Liu Wenjing, Sun Xiya, Li Fubing, Jiang Qiuyun, An Jianting, Wu Yingying, Yang Jingyi, Qin Meng, Zhao Yuxin, Tang Yongjia, Wu Tingyue, Yan Zhiqiang, Jiang Dewei, Liu Rong, Li Wenhui, Zhi Xu, Chen Ceshi
The Third Affiliated Hospital, Kunming Medical University, Kunming 650118, China; Academy of Biomedical Engineering, Kunming Medical University, Kunming 650500, China; Kunming Institute of Zoology, Chinese Academy of Sciences, Kunming 650201, China.
State Key Laboratory of Female Fertility Promotion, Center for Reproductive Medicine, Department of Obstetrics and Gynecology, Peking University Third Hospital, Beijing 100191, China; National Clinical Research Center for Obstetrics and Gynecology (Peking University Third Hospital), Beijing 100191, China; Key Laboratory of Assisted Reproduction (Peking University), Ministry of Education, Beijing 100191, China; Beijing Key Laboratory of Reproductive Endocrinology and Assisted Reproductive Technology, Beijing 100191, China.
J Adv Res. 2025 Jul;73:231-245. doi: 10.1016/j.jare.2024.08.011. Epub 2024 Aug 12.
Homologous recombination repair during meiosis is essential for the exchange of genetic information between sister chromosomes, underpinning spermatogenesis and, consequently, fertility. The disruption of this process can lead to infertility, highlighting the importance of identifying the molecular actors involved.
This study aims to elucidate the role of the E3 ubiquitin ligase Rnf126 in spermatogenesis and its impact on fertility, particularly through its involvement in meiotic homologous recombination repair.

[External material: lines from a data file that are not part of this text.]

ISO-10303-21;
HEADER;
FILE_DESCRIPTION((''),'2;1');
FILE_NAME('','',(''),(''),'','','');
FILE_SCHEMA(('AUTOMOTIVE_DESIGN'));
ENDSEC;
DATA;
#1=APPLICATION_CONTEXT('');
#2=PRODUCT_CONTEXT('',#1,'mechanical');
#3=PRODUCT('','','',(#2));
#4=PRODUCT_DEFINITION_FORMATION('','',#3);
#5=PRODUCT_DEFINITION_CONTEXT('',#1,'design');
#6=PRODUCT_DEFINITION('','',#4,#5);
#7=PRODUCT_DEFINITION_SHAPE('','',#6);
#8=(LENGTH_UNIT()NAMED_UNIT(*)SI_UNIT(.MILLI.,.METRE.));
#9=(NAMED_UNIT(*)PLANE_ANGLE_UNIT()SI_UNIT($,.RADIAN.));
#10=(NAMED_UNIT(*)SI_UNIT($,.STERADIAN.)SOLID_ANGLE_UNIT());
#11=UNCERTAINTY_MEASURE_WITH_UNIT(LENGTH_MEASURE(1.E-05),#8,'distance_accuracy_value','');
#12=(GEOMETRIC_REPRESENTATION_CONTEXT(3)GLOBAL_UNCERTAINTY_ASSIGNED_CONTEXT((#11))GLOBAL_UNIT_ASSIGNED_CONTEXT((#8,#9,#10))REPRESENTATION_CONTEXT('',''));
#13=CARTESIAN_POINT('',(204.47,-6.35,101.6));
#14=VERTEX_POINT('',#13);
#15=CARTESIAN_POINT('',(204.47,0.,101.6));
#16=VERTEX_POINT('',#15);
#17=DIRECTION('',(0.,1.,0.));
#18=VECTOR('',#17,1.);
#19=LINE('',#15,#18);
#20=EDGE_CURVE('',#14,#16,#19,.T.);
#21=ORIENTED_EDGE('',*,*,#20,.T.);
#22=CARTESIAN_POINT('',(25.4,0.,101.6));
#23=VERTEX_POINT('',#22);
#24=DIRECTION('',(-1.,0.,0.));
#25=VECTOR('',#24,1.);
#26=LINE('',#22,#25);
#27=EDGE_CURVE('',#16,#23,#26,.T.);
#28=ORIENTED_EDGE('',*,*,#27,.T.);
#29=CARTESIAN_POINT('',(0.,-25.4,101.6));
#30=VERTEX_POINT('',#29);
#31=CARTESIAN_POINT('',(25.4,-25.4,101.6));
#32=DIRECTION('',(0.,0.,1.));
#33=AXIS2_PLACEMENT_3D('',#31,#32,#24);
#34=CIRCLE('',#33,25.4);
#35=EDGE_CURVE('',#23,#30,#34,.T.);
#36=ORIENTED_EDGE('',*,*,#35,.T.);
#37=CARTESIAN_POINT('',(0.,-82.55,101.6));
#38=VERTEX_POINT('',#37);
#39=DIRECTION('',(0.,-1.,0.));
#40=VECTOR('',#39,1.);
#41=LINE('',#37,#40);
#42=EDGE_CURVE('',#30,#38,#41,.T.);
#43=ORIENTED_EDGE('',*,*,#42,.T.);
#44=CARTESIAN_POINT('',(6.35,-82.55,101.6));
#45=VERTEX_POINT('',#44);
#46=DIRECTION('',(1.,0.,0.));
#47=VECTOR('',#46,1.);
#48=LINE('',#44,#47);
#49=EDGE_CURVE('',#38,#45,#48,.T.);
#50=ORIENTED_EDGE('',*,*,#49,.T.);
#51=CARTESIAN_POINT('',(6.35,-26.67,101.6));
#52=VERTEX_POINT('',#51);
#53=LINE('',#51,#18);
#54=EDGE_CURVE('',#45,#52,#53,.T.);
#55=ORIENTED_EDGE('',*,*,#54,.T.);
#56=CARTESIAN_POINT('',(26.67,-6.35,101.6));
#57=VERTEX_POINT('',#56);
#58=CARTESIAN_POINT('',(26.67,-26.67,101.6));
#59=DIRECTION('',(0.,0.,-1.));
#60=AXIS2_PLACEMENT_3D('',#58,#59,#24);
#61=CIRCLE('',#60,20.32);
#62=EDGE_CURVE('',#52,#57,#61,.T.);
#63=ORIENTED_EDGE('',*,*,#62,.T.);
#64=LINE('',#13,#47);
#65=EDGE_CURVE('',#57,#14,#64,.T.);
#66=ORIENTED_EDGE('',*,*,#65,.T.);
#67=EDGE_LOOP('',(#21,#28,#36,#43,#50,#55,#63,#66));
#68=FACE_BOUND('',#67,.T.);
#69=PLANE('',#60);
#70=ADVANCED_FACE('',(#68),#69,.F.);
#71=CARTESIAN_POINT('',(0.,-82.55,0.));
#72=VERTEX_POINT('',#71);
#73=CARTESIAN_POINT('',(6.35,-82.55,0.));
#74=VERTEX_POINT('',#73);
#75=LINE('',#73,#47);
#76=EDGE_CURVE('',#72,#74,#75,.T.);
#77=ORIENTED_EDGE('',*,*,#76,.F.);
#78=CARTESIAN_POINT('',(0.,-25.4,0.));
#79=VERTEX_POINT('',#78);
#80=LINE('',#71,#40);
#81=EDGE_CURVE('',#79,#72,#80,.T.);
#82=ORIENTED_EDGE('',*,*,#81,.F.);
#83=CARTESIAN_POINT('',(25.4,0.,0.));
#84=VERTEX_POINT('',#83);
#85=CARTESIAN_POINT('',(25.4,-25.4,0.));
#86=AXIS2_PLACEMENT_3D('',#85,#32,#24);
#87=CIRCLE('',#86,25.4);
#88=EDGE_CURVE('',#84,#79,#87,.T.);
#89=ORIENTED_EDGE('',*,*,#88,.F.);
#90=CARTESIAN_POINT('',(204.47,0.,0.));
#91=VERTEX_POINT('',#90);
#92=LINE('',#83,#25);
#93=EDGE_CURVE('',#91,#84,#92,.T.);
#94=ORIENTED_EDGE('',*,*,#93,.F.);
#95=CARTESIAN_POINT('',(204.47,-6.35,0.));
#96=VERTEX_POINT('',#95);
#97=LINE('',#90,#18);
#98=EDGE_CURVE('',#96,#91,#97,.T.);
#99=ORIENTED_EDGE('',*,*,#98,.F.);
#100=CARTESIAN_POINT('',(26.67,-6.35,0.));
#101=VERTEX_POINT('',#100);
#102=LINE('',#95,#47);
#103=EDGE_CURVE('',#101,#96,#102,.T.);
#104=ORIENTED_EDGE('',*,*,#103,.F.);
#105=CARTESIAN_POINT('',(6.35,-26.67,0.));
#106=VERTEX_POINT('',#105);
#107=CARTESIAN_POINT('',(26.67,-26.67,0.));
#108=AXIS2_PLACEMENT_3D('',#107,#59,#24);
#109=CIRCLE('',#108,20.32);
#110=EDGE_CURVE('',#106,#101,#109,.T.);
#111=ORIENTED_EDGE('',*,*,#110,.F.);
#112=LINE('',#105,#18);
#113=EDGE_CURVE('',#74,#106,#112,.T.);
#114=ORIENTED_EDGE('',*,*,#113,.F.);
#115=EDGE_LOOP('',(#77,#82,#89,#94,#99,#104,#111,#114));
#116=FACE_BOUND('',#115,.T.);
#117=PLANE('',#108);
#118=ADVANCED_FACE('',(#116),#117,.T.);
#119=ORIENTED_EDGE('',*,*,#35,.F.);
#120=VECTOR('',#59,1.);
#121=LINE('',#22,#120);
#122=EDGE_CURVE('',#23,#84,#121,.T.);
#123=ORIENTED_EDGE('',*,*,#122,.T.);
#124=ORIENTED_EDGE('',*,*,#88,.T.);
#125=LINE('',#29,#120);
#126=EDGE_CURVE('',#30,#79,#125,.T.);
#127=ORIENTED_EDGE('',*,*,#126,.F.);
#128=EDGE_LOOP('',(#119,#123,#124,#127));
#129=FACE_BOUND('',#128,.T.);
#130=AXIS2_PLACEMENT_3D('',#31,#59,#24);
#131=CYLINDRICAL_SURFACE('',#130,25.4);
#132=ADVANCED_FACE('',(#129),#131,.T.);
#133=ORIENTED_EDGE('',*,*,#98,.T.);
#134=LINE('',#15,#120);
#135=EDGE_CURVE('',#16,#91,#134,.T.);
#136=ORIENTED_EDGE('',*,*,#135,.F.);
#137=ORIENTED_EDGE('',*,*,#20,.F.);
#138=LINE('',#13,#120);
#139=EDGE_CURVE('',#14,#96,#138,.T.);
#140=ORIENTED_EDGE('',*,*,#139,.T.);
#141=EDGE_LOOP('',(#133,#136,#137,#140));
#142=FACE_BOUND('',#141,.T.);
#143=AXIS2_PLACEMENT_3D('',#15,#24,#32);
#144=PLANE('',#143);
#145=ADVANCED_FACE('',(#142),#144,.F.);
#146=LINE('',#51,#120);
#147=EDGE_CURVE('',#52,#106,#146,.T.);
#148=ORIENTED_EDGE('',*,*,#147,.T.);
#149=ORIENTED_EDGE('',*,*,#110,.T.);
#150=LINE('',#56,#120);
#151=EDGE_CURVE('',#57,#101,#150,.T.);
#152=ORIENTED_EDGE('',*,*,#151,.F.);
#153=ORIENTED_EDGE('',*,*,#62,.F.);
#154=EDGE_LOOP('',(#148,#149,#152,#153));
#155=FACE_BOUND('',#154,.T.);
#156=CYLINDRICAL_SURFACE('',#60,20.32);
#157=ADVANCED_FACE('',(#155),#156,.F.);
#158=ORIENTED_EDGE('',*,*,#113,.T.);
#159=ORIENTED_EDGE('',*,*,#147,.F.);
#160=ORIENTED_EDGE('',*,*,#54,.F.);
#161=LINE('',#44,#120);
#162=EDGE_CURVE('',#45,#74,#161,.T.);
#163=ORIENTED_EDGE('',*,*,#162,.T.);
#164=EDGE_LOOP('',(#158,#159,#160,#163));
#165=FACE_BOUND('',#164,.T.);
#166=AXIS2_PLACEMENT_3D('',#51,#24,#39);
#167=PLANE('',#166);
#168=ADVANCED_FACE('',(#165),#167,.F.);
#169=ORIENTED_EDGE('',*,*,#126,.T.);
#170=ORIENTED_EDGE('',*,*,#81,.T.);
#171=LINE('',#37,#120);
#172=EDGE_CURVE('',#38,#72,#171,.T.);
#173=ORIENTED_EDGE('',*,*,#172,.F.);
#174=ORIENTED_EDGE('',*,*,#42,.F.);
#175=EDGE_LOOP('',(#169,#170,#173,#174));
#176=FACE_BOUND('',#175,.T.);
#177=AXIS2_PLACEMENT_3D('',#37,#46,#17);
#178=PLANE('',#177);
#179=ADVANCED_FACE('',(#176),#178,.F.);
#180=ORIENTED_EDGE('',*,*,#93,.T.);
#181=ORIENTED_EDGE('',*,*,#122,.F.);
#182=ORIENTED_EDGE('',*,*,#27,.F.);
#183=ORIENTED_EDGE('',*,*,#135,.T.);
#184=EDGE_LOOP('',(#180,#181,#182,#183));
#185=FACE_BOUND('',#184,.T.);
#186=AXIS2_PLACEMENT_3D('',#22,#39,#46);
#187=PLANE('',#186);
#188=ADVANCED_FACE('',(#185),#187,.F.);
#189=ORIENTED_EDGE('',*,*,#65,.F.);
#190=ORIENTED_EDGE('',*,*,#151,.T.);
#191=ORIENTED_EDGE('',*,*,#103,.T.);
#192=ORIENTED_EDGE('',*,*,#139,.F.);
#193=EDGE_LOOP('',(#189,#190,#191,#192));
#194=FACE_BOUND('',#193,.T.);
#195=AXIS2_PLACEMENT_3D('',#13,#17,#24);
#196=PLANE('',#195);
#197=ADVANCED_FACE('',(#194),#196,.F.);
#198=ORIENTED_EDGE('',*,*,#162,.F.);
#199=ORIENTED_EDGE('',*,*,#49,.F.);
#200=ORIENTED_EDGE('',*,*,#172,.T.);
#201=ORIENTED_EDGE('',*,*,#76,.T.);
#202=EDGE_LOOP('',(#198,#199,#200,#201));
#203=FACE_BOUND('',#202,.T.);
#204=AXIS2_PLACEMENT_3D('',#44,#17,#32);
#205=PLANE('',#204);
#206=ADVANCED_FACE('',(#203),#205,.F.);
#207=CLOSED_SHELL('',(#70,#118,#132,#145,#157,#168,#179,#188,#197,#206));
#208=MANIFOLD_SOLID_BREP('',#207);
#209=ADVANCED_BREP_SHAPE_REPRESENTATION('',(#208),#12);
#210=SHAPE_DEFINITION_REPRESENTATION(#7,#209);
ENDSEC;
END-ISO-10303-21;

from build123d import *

# Parameters (mm, degrees)
BOSS_EXTRUDE1_DEPTH = 101.6


with BuildPart() as part:
    # Sketch1 → Boss-Extrude1 (new body)
    with BuildSketch(Plane.XY):
        with BuildLine():
            Line((25.4, 0), (204.47, 0))
            Line((204.47, 0), (204.47, -6.35))
            Line((204.47, -6.35), (26.67, -6.35))
            ThreePointArc((26.67, -6.35), (12.301590206, -12.301590206), (6.35, -26.67))
            Line((6.35, -26.67), (6.35, -82.55))
            Line((6.35, -82.55), (0, -82.55))
            Line((0, -82.55), (0, -25.4))
            ThreePointArc((0, -25.4), (7.439487758, -7.439487758), (25.4, 0))
        make_face()
    extrude(amount=BOSS_EXTRUDE1_DEPTH)


solid = part.part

We used heterozygous and homozygous Rnf126 deletion models in mouse testes to examine the consequences on testicular health, sperm count, and the process of spermatogenesis. Additionally, we explored the association between RNF126 gene missense variants and nonobstructive male infertility in patients, with a focus on their functional impact on the protein's ubiquitin ligase activity.
Rnf126 deletion led to testicular atrophy, disrupted seminiferous tubule structure, reduced sperm count, and spermatogenesis arrest at meiotic prophase I. Furthermore, male mice exhibited impaired homologous recombination repair and increased apoptosis within the seminiferous tubules. We identified four missense variants of the RNF126 (V68M, R241H, E261A, D253N) associated with male infertility. Specifically, the E261A and D253N variants, located in the RING domain, directly compromised the E3 ubiquitin ligase activity of RNF126.
Our findings demonstrate the pivotal role of RNF126 in maintaining spermatogenesis and fertility, offering insights into the molecular mechanisms underlying male infertility. The identified RNF126 variants present novel targets for diagnostic and therapeutic strategies in treating nonobstructive male infertility.
减数分裂期间的同源重组修复对于姐妹染色体之间的遗传信息交换至关重要,它是精子发生以及生育能力的基础。这一过程的破坏会导致不育,凸显了识别其中涉及的分子因素的重要性。
本研究旨在阐明E3泛素连接酶Rnf126在精子发生中的作用及其对生育能力的影响,特别是通过其参与减数分裂同源重组修复的过程。
我们在小鼠睾丸中使用了杂合和纯合Rnf126缺失模型,以研究对睾丸健康、精子数量和精子发生过程的影响。此外,我们探讨了RNF126基因错义变体与男性不育患者非梗阻性男性不育之间的关联,重点关注它们对蛋白质泛素连接酶活性的功能影响。
Rnf126缺失导致睾丸萎缩、生精小管结构破坏、精子数量减少以及精子发生在减数分裂前期I停滞。此外,雄性小鼠表现出同源重组修复受损,生精小管内细胞凋亡增加。我们鉴定出与男性不育相关的RNF126的四个错义变体(V68M、R241H、E261A、D253N)。具体而言,位于RING结构域的E261A和D253N变体直接损害了RNF126的E3泛素连接酶活性。
我们的研究结果表明RNF126在维持精子发生和生育能力方面起着关键作用,为男性不育的分子机制提供了见解。所鉴定的RNF126变体为治疗非梗阻性男性不育的诊断和治疗策略提供了新的靶点。